EGF regulates LAMTOR–BORC interaction. (A) The interaction between BORC and LAMTOR complexes is decreased upon EGF stimulation. Lyspersin KO cells stably expressing HS-lyspersin were starved for FBS and stimulated with 100 ng/ml EGF for 1 h. Obtained lysates were Strep-purified and analyzed by immunoblotting. EGFR degradation was used as control for the treatment. (B) Quantification of the results of three biologically independent experiments. Mean ± SD. ***, P ≤ 0.001; P = 0.000352. (C) Confirmation that the interaction between BORC and LAMTOR complexes is decreased upon EGF stimulation with HEK293 Flp-In T-REx cells inducibly expressing diaskedin-SH starved and stimulated as in A. Immunoblotting analysis of the Strep-purified complexes. EGFR degradation was used as control for the treatment. (D) Quantification of the results of three biologically independent experiments. Mean ± SD. ***, P ≤ 0.001; P = 0.000938. (E) Arbitrary cutoff for peripheral late endosomes based on LAMP1-positive vesicles distribution in starved WT HeLa cells. Epifluorescence images were analyzed using ImageJ software with our macro RadialIntensityProfile (Materials and methods). Depicted is the signal intensity of LAMP1 found at the indicated distance from the center of nucleus, perinuclear lysosomes ≤16 µm, peripheral lysosomes ≥16 µm. Number of cells per genotype, n ≥ 50 cells. (F) Frequency of peripheral lysosomes increases upon EGF stimulation. WT HeLa cells were starved for FBS overnight and stimulated with EGF for the indicated time points and subsequently treated as in E. Depicted is the signal intensity of LAMP1 found at ≥16 µm from the center of the nucleus. Mean ± SD. Not significant (n.s.), P > 0.05; ****, P ≤ 0.0001 (0 h/1 h P = 0.630, 0 h/4 h P = 1.1 × 10^-8, 0 h/8 h P = 3.2 × 10^-7).
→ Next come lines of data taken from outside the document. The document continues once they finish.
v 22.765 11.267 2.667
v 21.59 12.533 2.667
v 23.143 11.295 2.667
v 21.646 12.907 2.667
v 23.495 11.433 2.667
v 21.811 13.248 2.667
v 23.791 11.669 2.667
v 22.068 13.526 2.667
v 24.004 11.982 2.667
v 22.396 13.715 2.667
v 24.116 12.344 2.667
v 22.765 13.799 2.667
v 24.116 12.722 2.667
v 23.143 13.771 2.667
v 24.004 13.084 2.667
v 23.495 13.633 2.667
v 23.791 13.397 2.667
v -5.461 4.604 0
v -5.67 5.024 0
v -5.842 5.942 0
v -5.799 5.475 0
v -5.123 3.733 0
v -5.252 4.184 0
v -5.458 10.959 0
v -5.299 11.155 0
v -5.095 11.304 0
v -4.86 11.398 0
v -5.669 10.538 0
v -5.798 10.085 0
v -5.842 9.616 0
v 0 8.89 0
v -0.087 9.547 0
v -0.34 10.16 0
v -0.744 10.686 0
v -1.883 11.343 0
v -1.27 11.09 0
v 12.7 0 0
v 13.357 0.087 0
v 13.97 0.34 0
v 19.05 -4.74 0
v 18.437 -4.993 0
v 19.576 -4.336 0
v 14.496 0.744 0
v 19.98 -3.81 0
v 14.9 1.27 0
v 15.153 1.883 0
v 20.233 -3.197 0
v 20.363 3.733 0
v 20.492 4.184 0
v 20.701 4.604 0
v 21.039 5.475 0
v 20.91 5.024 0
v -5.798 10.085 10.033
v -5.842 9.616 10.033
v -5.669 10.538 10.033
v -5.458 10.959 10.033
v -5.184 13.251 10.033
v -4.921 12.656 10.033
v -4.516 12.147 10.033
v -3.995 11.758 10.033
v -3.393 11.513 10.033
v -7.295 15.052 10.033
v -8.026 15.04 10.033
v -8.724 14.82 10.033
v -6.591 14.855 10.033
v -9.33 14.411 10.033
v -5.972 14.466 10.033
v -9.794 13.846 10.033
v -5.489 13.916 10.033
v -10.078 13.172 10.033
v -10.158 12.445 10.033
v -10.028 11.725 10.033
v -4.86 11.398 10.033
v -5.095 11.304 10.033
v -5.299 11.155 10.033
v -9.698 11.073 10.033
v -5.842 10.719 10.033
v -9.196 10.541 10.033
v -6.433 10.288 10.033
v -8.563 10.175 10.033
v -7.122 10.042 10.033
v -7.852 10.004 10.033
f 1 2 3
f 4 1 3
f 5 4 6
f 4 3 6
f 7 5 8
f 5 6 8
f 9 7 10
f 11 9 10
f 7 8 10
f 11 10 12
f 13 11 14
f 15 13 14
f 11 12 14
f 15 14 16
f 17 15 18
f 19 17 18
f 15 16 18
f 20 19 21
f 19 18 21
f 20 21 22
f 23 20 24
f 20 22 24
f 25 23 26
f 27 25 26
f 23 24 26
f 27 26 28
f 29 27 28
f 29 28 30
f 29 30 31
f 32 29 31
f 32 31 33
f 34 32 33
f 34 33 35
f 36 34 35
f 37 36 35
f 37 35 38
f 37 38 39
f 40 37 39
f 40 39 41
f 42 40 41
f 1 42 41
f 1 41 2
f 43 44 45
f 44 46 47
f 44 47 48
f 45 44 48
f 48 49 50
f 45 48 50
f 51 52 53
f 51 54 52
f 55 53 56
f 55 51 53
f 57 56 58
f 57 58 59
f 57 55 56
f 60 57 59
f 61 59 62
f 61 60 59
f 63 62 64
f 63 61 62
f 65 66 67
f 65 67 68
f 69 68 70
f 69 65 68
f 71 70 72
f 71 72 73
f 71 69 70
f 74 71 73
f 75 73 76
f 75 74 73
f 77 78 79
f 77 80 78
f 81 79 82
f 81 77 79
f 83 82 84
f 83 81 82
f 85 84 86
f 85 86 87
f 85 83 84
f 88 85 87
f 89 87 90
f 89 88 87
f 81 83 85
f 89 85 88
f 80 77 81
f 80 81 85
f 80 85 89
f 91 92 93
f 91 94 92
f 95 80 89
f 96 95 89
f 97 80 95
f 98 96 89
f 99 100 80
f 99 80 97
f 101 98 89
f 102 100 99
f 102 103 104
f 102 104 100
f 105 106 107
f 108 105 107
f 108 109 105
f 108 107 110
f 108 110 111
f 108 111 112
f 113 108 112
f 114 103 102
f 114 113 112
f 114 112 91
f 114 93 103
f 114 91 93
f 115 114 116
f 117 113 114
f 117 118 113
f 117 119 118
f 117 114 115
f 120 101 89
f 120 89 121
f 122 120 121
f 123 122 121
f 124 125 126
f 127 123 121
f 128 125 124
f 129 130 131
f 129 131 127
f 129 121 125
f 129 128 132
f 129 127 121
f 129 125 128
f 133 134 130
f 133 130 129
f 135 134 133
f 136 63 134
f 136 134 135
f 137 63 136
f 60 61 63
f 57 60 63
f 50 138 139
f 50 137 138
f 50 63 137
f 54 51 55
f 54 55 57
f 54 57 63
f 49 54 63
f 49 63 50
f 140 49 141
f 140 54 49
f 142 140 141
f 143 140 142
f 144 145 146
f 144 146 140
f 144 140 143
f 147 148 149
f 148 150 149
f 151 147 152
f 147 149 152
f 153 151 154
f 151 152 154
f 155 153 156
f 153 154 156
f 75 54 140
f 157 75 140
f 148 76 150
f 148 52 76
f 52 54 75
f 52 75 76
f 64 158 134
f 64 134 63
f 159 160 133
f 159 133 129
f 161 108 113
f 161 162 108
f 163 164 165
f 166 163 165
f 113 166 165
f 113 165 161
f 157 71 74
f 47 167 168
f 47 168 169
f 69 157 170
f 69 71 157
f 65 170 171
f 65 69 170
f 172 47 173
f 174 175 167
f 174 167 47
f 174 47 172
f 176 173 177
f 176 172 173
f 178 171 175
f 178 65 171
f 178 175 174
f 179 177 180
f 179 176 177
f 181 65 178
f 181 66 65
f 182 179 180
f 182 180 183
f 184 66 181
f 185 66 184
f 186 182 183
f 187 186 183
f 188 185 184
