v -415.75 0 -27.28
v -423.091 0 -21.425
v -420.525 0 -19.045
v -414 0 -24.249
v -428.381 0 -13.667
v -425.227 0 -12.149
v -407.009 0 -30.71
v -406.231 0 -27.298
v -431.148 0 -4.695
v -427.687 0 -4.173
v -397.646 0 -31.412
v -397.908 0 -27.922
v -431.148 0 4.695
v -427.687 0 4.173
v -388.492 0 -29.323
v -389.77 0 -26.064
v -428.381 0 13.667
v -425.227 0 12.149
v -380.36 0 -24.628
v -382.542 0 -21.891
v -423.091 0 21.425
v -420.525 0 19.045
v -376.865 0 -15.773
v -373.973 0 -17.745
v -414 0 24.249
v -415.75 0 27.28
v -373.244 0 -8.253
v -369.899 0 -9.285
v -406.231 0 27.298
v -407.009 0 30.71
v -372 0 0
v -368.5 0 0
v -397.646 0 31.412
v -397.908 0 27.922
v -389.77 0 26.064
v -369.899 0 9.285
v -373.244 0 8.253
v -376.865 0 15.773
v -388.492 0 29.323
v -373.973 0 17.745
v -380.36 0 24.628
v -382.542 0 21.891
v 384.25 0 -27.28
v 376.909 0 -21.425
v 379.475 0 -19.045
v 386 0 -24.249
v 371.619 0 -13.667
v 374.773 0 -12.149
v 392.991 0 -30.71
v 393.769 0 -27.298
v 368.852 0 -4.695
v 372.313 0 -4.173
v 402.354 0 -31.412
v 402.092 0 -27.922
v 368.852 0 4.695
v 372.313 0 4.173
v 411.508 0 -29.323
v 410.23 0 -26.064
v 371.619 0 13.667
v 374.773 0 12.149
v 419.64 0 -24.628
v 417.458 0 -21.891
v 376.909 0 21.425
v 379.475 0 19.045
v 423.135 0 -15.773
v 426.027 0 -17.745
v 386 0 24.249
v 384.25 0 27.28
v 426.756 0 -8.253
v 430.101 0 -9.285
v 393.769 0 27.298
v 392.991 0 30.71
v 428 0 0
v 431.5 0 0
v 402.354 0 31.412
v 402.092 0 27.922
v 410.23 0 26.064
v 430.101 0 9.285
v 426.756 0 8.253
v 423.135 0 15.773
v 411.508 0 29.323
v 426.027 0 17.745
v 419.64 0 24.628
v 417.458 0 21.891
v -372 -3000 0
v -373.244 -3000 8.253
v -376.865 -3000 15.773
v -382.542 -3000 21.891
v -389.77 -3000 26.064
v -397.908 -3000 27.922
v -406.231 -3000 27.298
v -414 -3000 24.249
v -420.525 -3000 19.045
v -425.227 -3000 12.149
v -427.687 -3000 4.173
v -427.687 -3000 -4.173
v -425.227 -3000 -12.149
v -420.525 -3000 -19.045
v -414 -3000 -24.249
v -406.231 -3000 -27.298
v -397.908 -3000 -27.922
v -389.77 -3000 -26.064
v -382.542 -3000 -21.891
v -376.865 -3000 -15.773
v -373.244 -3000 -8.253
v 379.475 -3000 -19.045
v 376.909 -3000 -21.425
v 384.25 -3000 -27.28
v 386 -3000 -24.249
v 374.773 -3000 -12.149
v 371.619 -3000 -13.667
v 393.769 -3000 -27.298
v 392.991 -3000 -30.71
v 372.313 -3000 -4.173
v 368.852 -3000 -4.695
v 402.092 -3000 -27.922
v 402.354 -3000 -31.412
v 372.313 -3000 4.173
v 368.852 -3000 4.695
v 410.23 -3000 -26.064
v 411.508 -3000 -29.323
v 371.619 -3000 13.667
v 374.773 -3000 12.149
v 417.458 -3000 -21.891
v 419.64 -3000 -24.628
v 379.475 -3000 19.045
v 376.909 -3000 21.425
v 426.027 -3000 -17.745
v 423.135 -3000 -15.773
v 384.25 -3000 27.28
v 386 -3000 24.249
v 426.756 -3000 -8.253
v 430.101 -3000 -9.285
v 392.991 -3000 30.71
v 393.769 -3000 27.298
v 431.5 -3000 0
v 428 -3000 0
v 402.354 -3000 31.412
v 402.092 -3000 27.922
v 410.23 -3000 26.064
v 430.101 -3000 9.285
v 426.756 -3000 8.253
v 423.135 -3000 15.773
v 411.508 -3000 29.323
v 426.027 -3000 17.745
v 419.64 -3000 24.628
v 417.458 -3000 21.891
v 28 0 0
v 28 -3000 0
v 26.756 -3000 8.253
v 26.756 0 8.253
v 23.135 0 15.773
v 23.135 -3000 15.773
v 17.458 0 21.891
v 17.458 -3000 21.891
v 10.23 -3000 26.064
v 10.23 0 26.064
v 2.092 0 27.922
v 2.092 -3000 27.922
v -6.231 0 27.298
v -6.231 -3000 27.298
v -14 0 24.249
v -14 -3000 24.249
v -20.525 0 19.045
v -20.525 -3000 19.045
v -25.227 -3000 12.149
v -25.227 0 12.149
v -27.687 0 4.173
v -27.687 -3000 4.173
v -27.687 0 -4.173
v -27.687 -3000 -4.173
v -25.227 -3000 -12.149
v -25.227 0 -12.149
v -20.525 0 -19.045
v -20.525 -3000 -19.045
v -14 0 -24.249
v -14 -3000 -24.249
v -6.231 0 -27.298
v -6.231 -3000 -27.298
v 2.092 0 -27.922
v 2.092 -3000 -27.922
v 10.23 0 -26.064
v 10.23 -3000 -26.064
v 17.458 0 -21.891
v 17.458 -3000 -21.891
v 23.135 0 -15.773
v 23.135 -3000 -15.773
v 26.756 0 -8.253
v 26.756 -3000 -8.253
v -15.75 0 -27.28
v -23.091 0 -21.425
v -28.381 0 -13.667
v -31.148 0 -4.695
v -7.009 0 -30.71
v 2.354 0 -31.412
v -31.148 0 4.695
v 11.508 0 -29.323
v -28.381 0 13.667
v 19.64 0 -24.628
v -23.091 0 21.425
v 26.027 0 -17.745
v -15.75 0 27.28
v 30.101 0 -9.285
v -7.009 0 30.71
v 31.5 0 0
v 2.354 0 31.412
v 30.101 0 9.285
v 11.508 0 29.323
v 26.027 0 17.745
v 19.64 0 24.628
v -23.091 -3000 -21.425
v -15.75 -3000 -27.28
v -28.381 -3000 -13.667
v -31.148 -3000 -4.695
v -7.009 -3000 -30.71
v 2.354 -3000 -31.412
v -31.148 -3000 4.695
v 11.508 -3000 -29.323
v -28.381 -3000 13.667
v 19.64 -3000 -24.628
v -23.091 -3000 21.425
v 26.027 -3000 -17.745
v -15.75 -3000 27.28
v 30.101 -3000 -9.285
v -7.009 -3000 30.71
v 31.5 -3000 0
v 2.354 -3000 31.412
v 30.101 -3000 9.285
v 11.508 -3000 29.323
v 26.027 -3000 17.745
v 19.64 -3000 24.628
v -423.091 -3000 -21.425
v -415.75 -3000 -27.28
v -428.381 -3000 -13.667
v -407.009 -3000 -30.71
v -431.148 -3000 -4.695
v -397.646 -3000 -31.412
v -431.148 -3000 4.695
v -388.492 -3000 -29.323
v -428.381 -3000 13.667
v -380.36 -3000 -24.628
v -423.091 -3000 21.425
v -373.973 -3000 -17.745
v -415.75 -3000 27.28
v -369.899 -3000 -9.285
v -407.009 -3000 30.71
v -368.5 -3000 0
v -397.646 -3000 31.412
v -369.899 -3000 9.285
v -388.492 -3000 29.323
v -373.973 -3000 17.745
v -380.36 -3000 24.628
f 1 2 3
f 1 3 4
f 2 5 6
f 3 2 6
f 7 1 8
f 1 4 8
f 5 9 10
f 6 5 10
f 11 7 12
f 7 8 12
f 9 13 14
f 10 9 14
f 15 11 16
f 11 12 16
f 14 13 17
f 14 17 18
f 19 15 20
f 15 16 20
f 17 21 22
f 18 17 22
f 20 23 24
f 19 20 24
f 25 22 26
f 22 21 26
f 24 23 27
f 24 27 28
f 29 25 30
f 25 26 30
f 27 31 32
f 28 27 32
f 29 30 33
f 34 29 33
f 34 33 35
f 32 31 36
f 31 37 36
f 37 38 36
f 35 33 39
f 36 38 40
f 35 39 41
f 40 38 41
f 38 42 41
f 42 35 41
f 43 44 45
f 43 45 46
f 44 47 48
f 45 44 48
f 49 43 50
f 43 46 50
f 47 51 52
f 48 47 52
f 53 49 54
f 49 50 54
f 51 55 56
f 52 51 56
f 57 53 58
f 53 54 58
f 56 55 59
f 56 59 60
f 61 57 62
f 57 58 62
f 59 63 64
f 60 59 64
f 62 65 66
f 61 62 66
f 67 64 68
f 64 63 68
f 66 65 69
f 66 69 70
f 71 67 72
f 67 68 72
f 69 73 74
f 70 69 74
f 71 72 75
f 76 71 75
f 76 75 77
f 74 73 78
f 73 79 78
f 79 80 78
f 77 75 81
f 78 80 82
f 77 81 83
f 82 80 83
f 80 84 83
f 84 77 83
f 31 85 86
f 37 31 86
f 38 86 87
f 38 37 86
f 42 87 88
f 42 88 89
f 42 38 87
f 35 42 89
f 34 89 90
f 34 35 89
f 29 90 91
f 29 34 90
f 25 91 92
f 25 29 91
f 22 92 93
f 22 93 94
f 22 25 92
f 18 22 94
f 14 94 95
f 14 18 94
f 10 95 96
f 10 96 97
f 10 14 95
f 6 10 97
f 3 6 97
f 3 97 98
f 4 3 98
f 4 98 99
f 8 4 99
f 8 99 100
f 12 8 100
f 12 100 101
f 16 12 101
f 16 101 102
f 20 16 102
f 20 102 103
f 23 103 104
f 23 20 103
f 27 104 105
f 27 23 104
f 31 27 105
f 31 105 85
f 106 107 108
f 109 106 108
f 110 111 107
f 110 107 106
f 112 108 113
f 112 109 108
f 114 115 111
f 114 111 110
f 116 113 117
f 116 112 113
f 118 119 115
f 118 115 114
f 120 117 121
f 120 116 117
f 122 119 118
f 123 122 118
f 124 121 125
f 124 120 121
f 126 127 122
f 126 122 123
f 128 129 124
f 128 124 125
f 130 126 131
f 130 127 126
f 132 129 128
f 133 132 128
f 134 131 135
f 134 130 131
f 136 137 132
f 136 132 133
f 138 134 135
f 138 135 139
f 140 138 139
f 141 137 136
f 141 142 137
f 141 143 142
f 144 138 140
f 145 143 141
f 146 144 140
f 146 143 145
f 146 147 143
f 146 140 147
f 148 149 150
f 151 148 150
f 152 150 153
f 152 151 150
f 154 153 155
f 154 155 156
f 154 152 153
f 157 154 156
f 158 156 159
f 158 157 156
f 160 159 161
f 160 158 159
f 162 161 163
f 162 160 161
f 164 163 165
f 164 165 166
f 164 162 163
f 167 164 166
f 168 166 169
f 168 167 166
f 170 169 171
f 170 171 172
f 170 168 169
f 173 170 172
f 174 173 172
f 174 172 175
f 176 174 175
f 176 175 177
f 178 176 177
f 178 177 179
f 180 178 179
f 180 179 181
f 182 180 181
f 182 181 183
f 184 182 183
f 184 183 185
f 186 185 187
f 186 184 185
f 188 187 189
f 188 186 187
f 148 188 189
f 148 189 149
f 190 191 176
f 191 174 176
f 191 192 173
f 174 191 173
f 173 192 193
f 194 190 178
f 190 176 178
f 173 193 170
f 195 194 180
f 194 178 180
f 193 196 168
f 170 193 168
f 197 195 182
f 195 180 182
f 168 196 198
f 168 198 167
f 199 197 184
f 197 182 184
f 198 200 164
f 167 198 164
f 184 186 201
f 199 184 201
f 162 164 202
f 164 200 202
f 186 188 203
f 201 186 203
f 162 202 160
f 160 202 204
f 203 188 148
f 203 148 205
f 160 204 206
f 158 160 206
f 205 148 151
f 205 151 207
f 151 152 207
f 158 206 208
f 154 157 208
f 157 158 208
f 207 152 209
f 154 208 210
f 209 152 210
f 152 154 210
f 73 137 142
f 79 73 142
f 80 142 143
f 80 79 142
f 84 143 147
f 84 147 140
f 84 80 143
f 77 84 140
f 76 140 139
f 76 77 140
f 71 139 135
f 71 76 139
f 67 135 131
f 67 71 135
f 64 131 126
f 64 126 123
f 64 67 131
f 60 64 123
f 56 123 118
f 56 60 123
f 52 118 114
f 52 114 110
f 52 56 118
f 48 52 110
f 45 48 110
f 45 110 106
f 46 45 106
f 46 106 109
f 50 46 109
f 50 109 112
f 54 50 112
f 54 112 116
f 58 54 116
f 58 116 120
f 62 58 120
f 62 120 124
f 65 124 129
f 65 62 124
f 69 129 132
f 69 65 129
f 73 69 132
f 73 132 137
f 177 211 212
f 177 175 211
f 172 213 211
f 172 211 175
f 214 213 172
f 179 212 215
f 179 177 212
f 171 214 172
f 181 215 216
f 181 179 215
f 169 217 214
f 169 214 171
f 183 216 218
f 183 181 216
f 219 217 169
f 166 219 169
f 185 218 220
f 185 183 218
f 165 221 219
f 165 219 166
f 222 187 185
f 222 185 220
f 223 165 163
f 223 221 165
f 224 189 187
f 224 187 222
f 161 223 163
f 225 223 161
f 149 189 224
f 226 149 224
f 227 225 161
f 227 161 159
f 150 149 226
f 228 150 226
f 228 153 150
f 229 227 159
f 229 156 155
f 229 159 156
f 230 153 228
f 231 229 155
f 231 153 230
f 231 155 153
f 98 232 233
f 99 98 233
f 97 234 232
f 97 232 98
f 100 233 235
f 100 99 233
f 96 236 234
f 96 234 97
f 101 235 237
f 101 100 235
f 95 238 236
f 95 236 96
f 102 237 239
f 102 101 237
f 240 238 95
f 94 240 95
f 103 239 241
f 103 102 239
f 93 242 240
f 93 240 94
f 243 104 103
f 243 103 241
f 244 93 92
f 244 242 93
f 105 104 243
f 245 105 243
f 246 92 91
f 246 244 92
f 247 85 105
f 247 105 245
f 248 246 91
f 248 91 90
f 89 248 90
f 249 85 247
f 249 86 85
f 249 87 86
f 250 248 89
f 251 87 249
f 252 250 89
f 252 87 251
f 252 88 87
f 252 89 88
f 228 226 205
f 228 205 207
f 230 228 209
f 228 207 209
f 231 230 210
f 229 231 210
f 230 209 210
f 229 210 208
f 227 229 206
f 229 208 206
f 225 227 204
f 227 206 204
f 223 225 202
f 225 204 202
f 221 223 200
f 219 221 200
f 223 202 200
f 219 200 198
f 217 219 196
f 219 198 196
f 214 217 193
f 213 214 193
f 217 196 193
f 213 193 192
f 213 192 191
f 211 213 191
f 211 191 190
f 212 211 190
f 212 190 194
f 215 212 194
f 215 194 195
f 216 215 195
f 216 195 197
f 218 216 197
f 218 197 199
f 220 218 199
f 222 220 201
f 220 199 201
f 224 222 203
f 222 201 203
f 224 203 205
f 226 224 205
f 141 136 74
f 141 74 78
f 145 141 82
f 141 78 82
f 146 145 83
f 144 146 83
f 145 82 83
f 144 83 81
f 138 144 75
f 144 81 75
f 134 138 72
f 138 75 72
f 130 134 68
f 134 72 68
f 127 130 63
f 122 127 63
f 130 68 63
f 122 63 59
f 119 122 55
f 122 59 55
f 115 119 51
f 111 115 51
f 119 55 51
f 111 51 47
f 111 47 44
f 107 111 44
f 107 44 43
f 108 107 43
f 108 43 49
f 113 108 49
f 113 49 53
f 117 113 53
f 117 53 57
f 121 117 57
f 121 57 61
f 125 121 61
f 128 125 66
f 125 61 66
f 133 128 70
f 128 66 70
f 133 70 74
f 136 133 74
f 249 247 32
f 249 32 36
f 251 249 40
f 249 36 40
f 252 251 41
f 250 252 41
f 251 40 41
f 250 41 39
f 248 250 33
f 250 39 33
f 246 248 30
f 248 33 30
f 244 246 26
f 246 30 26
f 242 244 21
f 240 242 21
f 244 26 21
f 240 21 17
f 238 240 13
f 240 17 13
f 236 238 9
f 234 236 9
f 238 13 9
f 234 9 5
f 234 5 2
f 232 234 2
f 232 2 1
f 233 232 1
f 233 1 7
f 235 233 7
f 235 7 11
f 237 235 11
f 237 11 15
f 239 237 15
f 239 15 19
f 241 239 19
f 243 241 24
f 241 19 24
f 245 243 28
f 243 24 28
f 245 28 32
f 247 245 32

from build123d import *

# Parameters (mm, degrees)
F0_R     = 31.5
F0_R_2   = 28
F1_DEPTH = 3000


with BuildPart() as f1:
    # F0 (on Front) → F1 (new body)
    with BuildSketch(Plane.XZ):
        with Locations((-400, 0)):
            Circle(F0_R)
        with Locations((-400, 0)):
            Circle(F0_R_2, mode=Mode.SUBTRACT)
        Circle(F0_R)
        Circle(F0_R_2, mode=Mode.SUBTRACT)
        with Locations((400, 0)):
            Circle(F0_R)
        with Locations((400, 0)):
            Circle(F0_R_2, mode=Mode.SUBTRACT)
    extrude(amount=F1_DEPTH)


solid = f1.part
Number of cells per genotype, n ≥ 50 cells.

Figure 8.

Model. In control cells, two mutually exclusive, synchronous events take place on late endosomes/lysosomes. On the one hand, the BORC–LAMTOR interaction blocks recruitment of Arl8b and leads to the perinuclear position of late endosomes. On the other hand, the BORC­–Arl8b interaction promotes the transport of late endosomes, resulting in a peripheral distribution. The steady-state scenario is a combination of both, with some late endosomes being transported toward the cell periphery, whereas others remain perinuclear. In lyspersin KO cells, the remaining subunits of BORC (BORCΔlyspersin) are insufficient to recruit Arl8b to late endosomes, resulting in perinuclear clustering of the organelles. Lyspersin depletion also prevents LAMTOR–BORCΔlyspersin interaction. Depletion of the LAMTOR complex increases BORC–Arl8b interaction, thereby promoting transport and peripheral accumulation of LAMP1-positive endosomes. Yellow trapezoid, LAMTOR complex; dark blue trapezoid, BORCΔlyspersin; light blue shape, lyspersin with discrimination of individual domains (N-domain, PRR, and C-domain); red shape, Arl8b.